Task to complete | Only those lines in the data below from the line containing "v 0.734 3.932 11.24" through the line containing "v 3.174 2.434 8.07", both included, should be restated word for word.

[Start of section]

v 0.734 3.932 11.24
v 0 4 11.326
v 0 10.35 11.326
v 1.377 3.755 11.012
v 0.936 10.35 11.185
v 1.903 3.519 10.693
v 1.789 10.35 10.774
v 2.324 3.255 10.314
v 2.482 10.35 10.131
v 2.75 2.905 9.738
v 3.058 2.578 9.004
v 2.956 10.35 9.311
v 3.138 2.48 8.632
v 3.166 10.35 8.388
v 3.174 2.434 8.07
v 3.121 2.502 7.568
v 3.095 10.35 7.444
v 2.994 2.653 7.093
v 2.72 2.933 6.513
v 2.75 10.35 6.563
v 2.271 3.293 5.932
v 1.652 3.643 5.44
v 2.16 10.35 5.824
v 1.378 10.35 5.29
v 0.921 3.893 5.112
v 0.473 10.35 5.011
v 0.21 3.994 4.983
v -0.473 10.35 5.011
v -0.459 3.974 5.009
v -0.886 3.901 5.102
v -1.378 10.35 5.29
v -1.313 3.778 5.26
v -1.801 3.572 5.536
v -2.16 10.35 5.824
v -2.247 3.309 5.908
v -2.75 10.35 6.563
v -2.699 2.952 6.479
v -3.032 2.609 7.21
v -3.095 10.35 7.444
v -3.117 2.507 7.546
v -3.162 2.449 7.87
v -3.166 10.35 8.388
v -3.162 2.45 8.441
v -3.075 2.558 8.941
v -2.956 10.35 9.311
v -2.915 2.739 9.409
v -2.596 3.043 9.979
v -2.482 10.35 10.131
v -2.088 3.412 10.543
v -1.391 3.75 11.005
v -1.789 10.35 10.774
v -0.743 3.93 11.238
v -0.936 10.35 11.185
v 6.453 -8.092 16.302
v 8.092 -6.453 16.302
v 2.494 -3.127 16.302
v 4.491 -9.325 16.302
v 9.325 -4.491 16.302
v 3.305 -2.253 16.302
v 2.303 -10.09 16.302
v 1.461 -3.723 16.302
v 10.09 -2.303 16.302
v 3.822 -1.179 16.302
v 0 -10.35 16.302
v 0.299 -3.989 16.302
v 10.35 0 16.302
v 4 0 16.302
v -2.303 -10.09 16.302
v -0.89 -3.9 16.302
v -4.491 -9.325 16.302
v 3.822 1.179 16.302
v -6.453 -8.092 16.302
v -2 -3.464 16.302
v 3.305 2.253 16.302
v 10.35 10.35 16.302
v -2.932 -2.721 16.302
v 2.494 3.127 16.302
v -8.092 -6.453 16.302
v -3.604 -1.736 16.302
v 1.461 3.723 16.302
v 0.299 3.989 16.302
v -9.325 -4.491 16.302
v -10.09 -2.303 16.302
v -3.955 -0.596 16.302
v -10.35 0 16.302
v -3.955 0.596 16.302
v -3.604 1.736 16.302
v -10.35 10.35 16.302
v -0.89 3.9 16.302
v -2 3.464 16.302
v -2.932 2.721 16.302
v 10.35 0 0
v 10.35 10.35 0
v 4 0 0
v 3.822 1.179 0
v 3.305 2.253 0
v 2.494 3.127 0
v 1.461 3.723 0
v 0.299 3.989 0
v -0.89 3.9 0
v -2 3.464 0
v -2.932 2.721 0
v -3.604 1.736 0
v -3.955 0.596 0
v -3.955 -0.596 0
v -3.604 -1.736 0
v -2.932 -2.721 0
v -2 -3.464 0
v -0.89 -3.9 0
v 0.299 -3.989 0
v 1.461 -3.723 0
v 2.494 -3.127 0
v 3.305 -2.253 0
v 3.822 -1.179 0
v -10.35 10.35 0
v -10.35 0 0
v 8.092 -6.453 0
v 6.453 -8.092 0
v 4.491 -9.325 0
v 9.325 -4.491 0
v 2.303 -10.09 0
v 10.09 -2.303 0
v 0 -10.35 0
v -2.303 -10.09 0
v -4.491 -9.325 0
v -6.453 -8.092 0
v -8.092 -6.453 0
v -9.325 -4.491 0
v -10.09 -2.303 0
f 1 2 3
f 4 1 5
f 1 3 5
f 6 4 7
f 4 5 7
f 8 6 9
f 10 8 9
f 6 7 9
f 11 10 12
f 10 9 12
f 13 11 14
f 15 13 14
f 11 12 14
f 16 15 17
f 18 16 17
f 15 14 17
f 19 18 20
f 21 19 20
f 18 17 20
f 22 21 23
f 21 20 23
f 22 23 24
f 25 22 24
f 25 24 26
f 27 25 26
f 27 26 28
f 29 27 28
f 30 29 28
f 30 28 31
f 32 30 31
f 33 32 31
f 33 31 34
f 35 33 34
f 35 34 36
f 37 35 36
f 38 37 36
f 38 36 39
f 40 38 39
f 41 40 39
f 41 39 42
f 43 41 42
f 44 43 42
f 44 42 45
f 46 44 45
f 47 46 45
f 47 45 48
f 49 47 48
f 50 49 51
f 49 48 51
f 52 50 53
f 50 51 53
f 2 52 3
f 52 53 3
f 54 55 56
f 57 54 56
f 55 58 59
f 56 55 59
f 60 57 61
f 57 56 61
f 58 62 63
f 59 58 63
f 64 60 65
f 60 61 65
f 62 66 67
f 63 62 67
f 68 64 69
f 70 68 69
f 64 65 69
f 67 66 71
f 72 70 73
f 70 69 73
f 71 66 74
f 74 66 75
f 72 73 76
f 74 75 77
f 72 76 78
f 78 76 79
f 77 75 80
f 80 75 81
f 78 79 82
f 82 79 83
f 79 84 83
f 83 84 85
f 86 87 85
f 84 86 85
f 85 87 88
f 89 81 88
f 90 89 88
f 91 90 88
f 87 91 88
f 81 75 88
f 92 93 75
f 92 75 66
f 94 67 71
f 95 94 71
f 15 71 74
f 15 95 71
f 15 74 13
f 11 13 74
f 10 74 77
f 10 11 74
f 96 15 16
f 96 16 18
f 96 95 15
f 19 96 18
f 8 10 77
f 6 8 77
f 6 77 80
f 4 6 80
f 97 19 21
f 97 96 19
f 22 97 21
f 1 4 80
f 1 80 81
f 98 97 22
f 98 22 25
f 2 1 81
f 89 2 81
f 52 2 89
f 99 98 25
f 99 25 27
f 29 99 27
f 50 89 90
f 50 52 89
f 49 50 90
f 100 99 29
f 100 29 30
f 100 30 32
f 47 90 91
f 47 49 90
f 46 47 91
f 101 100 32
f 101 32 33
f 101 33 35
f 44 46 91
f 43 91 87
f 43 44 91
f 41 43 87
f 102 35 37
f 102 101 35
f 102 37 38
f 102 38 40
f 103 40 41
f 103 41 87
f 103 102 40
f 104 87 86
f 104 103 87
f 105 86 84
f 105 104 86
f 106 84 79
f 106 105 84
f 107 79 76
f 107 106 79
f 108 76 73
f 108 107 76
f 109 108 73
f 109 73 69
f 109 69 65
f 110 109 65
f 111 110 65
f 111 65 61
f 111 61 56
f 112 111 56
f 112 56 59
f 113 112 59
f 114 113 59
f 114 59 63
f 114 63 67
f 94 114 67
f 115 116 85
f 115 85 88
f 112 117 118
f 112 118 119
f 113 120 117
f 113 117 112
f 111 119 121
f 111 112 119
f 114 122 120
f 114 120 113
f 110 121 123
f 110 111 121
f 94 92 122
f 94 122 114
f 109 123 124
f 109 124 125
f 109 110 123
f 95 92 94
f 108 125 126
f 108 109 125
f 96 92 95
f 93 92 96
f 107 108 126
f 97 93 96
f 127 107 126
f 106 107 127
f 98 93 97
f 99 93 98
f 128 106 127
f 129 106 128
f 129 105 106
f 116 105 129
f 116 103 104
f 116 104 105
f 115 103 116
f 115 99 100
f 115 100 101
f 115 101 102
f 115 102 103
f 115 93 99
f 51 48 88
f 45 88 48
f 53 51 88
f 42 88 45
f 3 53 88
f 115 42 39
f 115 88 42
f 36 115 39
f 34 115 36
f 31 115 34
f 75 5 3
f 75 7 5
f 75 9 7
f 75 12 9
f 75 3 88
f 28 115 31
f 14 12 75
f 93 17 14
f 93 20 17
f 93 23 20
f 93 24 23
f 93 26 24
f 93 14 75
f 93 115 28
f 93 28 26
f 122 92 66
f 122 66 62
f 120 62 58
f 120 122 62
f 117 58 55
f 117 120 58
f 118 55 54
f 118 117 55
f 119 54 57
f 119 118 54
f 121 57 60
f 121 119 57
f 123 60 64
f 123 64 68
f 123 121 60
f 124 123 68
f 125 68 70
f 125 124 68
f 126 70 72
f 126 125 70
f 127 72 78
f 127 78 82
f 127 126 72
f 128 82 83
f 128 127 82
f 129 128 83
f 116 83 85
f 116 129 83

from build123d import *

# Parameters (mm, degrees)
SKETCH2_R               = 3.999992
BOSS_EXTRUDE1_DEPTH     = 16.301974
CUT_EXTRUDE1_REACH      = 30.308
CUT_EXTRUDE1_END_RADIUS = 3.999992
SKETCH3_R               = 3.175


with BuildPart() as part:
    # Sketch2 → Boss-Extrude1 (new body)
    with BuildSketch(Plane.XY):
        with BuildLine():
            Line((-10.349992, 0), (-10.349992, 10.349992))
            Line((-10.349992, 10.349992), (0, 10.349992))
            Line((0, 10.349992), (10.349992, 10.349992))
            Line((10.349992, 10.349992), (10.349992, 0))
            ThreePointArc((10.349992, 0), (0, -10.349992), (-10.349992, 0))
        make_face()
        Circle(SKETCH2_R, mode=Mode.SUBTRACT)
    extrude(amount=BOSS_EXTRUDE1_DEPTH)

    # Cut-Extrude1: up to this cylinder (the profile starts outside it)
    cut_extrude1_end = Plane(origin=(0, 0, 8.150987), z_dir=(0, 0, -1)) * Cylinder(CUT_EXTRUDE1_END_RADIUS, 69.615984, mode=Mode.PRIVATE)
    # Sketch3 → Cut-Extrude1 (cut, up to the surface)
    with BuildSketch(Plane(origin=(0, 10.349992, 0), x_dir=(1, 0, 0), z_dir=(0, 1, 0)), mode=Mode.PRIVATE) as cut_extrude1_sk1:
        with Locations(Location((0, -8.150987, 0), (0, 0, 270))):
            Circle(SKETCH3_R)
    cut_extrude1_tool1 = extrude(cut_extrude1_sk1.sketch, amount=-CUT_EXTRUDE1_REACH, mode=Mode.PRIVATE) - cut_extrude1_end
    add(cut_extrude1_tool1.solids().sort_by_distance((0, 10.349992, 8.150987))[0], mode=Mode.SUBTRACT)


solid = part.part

[End of section]
[Start of section]

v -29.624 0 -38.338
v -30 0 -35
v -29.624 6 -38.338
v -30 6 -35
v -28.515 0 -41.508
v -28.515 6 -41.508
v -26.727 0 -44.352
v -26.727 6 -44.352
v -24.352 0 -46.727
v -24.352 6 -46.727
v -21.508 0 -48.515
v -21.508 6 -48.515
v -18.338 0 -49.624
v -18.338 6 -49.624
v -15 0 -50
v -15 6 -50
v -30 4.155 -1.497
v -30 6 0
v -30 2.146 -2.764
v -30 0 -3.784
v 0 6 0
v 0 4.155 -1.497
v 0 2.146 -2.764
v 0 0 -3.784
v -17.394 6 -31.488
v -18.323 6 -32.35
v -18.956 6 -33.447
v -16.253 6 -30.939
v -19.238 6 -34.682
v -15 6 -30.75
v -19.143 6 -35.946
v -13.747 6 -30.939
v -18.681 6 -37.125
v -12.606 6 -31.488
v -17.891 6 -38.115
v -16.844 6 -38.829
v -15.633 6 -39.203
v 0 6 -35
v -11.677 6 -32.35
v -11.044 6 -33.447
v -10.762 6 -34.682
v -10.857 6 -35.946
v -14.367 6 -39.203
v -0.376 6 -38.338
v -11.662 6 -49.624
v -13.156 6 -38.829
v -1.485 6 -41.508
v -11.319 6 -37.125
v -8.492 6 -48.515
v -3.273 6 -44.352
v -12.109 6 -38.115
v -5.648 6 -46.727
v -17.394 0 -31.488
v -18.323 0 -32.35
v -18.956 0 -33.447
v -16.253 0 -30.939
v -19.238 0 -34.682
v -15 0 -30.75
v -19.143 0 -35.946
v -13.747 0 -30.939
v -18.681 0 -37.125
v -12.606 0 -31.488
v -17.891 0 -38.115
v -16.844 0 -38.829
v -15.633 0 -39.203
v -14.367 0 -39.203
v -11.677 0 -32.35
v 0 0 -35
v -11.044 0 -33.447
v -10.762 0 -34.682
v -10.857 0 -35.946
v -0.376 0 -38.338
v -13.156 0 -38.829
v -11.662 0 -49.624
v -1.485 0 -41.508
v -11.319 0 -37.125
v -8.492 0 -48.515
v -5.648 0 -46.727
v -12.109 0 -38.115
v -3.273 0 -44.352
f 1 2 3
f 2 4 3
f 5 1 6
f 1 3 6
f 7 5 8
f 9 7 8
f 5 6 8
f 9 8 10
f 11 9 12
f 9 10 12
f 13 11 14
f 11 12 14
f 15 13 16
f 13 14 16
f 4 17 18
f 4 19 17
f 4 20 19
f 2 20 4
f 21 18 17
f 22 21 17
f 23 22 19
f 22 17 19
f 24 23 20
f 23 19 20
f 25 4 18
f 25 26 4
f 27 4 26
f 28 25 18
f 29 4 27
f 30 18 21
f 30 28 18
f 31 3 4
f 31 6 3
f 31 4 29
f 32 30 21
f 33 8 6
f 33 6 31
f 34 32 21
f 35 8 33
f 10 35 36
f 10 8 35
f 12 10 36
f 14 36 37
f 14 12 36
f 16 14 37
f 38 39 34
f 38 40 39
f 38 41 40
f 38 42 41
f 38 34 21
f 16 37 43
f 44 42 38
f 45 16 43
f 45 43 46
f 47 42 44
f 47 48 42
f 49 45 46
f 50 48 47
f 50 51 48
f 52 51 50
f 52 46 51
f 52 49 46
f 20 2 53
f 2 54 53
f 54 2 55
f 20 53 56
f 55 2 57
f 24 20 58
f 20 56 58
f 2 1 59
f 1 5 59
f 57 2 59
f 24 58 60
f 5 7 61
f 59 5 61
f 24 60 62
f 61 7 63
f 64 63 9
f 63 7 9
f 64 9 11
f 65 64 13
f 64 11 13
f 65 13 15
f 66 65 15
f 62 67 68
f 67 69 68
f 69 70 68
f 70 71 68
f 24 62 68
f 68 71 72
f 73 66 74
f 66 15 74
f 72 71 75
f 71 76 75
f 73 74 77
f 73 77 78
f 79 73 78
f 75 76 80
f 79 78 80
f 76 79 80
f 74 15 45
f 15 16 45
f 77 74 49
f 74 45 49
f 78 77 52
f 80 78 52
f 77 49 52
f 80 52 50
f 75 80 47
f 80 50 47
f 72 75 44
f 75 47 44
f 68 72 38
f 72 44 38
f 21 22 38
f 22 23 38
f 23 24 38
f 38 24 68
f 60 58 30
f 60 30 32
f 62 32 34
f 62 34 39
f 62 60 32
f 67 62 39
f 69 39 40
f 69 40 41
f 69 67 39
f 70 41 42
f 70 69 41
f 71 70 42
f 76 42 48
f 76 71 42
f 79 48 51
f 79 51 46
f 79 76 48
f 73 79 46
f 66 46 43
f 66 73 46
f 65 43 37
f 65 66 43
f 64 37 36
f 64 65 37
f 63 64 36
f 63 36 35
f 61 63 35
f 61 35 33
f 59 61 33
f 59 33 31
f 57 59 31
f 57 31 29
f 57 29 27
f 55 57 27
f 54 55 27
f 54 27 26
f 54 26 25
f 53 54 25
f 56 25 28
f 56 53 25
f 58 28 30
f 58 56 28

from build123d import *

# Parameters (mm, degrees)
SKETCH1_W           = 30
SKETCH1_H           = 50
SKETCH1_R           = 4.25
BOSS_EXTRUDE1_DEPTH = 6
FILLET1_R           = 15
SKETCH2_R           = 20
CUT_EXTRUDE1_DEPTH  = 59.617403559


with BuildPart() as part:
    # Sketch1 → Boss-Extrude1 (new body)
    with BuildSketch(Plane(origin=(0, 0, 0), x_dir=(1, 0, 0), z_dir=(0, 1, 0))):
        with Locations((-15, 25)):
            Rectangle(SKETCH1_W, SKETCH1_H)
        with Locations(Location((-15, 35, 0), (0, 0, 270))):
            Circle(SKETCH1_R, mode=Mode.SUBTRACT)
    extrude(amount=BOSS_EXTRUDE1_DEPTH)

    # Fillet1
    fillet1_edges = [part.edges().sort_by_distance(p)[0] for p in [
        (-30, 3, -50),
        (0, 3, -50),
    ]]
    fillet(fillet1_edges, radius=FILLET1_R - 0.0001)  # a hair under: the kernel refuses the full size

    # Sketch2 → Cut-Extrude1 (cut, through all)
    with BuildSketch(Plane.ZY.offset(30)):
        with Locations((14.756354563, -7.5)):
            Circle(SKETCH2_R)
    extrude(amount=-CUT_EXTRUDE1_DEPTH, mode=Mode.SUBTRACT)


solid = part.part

[End of section]

Output for this task |
v 0.734 3.932 11.24
v 0 4 11.326
v 0 10.35 11.326
v 1.377 3.755 11.012
v 0.936 10.35 11.185
v 1.903 3.519 10.693
v 1.789 10.35 10.774
v 2.324 3.255 10.314
v 2.482 10.35 10.131
v 2.75 2.905 9.738
v 3.058 2.578 9.004
v 2.956 10.35 9.311
v 3.138 2.48 8.632
v 3.166 10.35 8.388
v 3.174 2.434 8.07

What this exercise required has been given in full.